Railway locomotive cooling fan motor method for starting-controlling
Technical field
The present invention relates to a kind of motor starting control method, particularly relate to a kind of railway locomotive cooling fan motor method for starting-controlling, belong to railway locomotive technical field.
Background technology
Along with the fast development of power electronic technology, the application of current transformer is more and more extensive, at industrial control field, often adopts current transformer fan motor, and then realizes the control of accurate fan motor rotational speed.But under railway locomotive application scenario, by the constraint of the condition such as cost and installing space, the spindle nose of cooling fan motor cannot install rotating speed coder.Under many circumstances, when current transformer starts, fan electromotor has higher initial speed, and it turns to and uncertain.If current transformer exports three-phase alternating current by certain frequency, voltage build-up rate to cooling fan motor at the very start from starting; the starting current of motor then can be made excessive; bring vibration and impact to machinery and electrical system, even trigger overcurrent protection, the reliability service of influential system.
Summary of the invention
The object of this invention is to provide and a kind ofly at any initial speed and the lower railway locomotive cooling fan motor method for starting-controlling realizing smooth start can be turned to.
The technical solution adopted for the present invention to solve the technical problems is:
A kind of railway locomotive cooling fan motor method for starting-controlling, adopt Driven by inverter cooling fan motor, it is characterized in that setting inverter output frequency first object value F1 and the second desired value F2, and F1 < F2, first LOADING RATES Rp1 and the second LOADING RATES Rp2, and Rp1 < Rp2, during starting, first by the first LOADING RATES Rp1 control inverter output frequency Fd, when inverter output frequency Fd is after the T0 moment reaches first object value F1, keep this output frequency F1 to T1 moment, from the T1 moment, the second desired value F2 is reached gradually by LOADING RATES Rp2 control inverter output frequency Fd, to the T1 moment from electric motor starting, adopt output current restriction and middle dc voltage restriction double-closed-loop control, output current restriction closed loop exports controlling value VD1out, and restriction 0≤VD1out≤100%, intermediate voltage restriction closed loop exports controlling value VD2out, and restriction 0≤VD2out≤100%, getting smaller in both VD1out, VD2out is controlling value VDout, make modulation degree ML=VDout*Mi, wherein Mi is fan inverter opened loop control modulation degree, with ML control inverter output voltage, output current is limited within given maximum starting current scope, and middle dc voltage is limited within the scope of direct voltage limits value.

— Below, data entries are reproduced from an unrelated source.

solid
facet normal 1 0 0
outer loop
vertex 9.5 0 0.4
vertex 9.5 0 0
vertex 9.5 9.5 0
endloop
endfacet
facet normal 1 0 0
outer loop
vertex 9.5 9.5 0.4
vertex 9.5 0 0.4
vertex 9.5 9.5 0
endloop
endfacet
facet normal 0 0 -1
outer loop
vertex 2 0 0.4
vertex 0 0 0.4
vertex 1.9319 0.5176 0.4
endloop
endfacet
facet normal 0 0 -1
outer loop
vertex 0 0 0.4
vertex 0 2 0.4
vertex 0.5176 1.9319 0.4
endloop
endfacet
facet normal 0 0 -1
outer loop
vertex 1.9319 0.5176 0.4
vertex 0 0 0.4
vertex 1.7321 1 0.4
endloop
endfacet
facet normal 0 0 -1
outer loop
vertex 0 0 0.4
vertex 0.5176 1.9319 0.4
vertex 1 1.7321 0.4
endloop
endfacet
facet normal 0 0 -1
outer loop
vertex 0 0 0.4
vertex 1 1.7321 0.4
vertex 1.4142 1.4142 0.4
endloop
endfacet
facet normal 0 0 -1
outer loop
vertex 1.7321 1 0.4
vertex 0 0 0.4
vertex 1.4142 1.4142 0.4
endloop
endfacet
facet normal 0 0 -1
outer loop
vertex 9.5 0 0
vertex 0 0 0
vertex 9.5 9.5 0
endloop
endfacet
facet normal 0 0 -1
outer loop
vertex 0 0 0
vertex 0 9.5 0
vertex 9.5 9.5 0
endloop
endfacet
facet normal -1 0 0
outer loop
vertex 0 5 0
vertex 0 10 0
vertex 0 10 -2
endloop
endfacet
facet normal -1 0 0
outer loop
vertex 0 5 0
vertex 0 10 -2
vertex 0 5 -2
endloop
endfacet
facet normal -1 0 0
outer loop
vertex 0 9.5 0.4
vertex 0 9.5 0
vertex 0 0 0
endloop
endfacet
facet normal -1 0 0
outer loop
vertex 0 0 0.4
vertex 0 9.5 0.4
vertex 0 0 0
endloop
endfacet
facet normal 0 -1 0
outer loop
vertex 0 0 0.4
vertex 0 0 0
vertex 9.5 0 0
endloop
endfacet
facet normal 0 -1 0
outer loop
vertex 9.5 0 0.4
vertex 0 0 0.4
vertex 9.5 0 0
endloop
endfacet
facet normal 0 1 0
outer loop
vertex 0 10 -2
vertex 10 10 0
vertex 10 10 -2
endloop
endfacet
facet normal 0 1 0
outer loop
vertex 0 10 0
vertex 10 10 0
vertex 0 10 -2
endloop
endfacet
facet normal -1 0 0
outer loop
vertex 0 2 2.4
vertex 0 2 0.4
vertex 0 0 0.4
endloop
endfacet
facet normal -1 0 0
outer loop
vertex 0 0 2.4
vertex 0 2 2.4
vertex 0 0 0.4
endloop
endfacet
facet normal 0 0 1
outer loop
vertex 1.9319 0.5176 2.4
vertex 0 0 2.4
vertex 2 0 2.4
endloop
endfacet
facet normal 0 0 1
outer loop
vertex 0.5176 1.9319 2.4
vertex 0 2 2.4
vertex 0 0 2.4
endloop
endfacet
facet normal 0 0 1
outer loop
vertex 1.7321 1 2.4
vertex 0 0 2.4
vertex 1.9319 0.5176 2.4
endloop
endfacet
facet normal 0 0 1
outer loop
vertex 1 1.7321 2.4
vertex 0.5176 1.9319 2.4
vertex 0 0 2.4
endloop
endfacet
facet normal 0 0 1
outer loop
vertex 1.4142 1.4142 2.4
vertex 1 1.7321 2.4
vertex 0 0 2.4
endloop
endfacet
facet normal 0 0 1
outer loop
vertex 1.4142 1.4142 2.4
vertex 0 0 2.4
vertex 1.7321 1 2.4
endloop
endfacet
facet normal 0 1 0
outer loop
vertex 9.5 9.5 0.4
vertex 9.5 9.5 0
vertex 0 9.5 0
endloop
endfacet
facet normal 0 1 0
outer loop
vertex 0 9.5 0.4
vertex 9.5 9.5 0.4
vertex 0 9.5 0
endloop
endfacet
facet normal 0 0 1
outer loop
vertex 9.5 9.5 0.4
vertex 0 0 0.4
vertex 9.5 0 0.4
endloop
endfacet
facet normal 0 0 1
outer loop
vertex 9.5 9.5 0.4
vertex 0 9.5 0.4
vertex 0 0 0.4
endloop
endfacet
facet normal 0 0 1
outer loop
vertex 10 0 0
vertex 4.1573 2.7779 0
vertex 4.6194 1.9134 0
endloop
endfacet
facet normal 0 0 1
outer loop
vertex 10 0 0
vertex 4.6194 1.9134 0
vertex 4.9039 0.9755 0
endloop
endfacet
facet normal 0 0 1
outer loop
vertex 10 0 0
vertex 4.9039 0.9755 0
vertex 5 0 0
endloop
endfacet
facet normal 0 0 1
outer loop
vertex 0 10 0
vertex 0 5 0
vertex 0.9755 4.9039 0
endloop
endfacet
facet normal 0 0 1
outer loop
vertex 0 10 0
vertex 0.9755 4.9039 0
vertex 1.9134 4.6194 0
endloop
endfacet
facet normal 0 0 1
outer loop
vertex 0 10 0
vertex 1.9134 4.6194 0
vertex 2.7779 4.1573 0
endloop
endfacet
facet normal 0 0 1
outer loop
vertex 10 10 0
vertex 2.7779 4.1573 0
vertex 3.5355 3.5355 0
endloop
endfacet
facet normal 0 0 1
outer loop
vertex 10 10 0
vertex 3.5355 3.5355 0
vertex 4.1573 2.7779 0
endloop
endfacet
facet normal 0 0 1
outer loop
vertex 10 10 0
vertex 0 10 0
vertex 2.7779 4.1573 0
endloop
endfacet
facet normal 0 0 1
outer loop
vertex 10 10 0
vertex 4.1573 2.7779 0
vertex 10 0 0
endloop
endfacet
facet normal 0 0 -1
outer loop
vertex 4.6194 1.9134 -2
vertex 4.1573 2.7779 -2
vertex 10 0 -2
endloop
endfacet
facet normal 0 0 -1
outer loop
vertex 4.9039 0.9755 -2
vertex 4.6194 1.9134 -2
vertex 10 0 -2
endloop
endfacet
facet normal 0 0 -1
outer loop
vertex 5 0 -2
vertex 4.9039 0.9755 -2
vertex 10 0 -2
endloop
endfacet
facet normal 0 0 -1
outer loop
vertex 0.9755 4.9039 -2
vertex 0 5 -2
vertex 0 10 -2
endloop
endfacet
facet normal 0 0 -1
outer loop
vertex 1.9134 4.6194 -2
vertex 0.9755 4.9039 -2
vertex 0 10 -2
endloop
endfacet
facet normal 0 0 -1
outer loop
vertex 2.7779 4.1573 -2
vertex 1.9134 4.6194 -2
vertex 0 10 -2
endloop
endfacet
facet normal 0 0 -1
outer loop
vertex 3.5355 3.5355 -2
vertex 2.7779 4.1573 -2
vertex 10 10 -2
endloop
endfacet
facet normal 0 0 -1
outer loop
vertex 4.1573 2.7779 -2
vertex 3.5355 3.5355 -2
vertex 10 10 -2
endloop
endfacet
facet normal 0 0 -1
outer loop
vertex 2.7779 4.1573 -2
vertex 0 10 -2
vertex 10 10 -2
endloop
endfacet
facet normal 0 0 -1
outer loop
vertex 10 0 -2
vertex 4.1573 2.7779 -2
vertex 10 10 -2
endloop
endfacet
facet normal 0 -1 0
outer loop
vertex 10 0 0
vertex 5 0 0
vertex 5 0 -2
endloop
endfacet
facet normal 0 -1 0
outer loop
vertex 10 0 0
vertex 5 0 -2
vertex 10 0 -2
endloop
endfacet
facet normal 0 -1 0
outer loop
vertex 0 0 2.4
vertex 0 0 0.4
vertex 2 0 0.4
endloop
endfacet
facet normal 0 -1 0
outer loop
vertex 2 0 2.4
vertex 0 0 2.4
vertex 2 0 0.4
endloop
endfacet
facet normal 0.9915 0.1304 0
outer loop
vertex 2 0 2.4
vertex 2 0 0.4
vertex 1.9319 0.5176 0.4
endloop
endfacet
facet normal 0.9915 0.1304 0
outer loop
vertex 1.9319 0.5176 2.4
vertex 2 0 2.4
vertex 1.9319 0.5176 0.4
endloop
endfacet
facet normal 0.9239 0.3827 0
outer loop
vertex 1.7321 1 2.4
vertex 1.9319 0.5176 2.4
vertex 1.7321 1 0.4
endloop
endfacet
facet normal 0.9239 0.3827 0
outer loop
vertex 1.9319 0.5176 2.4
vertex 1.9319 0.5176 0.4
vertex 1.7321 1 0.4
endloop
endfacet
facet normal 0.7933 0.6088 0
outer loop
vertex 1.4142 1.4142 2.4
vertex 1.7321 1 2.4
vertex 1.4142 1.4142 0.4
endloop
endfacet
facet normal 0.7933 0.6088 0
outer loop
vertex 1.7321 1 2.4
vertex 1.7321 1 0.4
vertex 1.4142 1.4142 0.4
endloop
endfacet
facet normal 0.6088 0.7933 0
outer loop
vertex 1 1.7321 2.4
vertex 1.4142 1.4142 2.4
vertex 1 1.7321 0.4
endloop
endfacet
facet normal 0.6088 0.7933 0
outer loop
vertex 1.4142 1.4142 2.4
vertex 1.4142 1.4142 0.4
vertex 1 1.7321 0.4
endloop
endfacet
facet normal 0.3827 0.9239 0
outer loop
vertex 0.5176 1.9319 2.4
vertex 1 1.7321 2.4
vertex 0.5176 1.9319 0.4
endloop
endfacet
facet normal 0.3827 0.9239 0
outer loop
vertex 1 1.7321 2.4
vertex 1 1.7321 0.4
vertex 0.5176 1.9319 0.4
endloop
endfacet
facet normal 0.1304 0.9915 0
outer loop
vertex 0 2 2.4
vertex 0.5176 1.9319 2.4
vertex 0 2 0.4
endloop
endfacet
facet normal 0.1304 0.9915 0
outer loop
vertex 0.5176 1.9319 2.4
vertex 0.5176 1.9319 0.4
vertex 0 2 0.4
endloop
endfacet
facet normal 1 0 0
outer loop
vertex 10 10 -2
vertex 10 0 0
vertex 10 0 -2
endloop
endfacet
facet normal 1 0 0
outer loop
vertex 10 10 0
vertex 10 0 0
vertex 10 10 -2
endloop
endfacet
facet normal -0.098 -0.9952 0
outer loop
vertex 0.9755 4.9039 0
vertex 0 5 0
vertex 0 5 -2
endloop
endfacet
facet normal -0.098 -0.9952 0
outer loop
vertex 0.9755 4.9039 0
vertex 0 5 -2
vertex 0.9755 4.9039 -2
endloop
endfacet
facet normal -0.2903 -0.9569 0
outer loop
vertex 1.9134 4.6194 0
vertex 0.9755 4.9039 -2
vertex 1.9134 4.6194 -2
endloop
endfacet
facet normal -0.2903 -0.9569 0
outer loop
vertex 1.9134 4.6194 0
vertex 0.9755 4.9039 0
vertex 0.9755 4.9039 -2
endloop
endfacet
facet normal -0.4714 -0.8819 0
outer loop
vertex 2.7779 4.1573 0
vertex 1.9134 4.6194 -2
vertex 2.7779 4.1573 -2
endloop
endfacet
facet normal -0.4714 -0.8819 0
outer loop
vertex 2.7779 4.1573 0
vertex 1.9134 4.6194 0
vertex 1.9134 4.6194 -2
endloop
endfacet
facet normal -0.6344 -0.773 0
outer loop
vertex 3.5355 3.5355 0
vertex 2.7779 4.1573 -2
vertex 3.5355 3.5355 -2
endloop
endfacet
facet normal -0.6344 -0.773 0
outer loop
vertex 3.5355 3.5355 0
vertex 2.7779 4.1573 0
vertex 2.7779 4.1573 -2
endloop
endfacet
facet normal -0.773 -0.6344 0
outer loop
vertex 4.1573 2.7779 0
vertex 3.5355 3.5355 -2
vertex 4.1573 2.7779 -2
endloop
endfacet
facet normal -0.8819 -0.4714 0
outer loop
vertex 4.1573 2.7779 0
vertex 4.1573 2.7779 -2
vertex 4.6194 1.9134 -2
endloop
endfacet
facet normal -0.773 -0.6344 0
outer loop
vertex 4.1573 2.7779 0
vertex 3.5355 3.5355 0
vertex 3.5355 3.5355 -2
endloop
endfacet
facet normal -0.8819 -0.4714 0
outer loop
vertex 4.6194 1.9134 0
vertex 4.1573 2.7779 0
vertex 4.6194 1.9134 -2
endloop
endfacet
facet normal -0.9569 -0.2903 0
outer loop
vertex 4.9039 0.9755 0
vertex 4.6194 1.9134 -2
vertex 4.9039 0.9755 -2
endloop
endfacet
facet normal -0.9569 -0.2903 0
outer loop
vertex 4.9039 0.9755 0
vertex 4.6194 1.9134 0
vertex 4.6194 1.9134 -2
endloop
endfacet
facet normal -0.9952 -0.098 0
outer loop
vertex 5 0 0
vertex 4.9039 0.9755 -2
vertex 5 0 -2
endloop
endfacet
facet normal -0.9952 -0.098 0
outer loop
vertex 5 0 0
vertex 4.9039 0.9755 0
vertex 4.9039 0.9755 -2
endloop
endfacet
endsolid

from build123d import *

# Parameters (mm, degrees)
F1_DEPTH = 2
F3_DEPTH = 0.4
F5_DEPTH = 2


with BuildPart() as f1:
    # F0 (on Top) → F1 (new body)
    with BuildSketch(Plane.XY):
        with BuildLine():
            ThreePointArc((0, 5), (3.5355339059, 3.5355339059), (5, 0))
            Line((5, 0), (10, 0))
            Line((10, 0), (10, 10))
            Line((10, 10), (0, 10))
            Line((0, 10), (0, 5))
        make_face()
    extrude(amount=-F1_DEPTH)


with BuildPart() as f3:
    # F2 (on face) → F3 (new body)
    with BuildSketch(Plane.XY):
        with BuildLine():
            Line((0, 5), (0, 0))
            Line((0, 0), (5, 0))
            ThreePointArc((5, 0), (3.5355339059, 3.5355339059), (0, 5))
        make_face()
        with BuildLine():
            ThreePointArc((0, 5), (3.5355339059, 3.5355339059), (5, 0))
            Line((5, 0), (9.5, 0))
            Line((9.5, 0), (9.5, 9.5))
            Line((9.5, 9.5), (0, 9.5))
            Line((0, 9.5), (0, 5))
        make_face()
    extrude(amount=F3_DEPTH)


with BuildPart() as f5:
    # F4 (on face) → F5 (new body)
    with BuildSketch(Plane.XY.offset(0.4)):
        with BuildLine():
            Line((0, 0), (2, 0))
            ThreePointArc((2, 0), (1.4142135624, 1.4142135624), (0, 2))
            Line((0, 2), (0, 0))
        make_face()
    extrude(amount=F5_DEPTH)


solid = Compound([f1.part, f3.part, f5.part])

In order to realize object of the present invention better, determine the described T1 moment in the steps below: setting output current effective value threshold value Icmp, the time set point Ccmp1 of timer Cnt1 and the time set point Ccmp2 of timer Cnt2, and Ccmp1 > Ccmp2, timing when timer Cnt1 reaches F1 from inverter output frequency Fd, timing when timer Cnt2 is less than current effective value threshold value Icmp from output current effective value Ifdb, the moment arriving first time set point is the T1 moment.
The invention has the beneficial effects as follows, this fan electromotor method for starting-controlling can realize fan electromotor and have initial speed and under turning to indefinite condition, by adopting output current restriction and middle dc voltage restriction double-closed-loop control, the stable low-frequency brake of fan electromotor can be realized control, in conjunction with the defining method in T1 moment, the basis of default low-frequency brake time increases output circuit detect and delays time to control link, guarantee after low-frequency brake terminates, enter raising speed speed-regulating mode immediately.This control method can eliminate fan electromotor starting current greatly to impact that is electric and mechanical system, and prevents owing to braking the inverter middle dc voltage overpressure problems caused.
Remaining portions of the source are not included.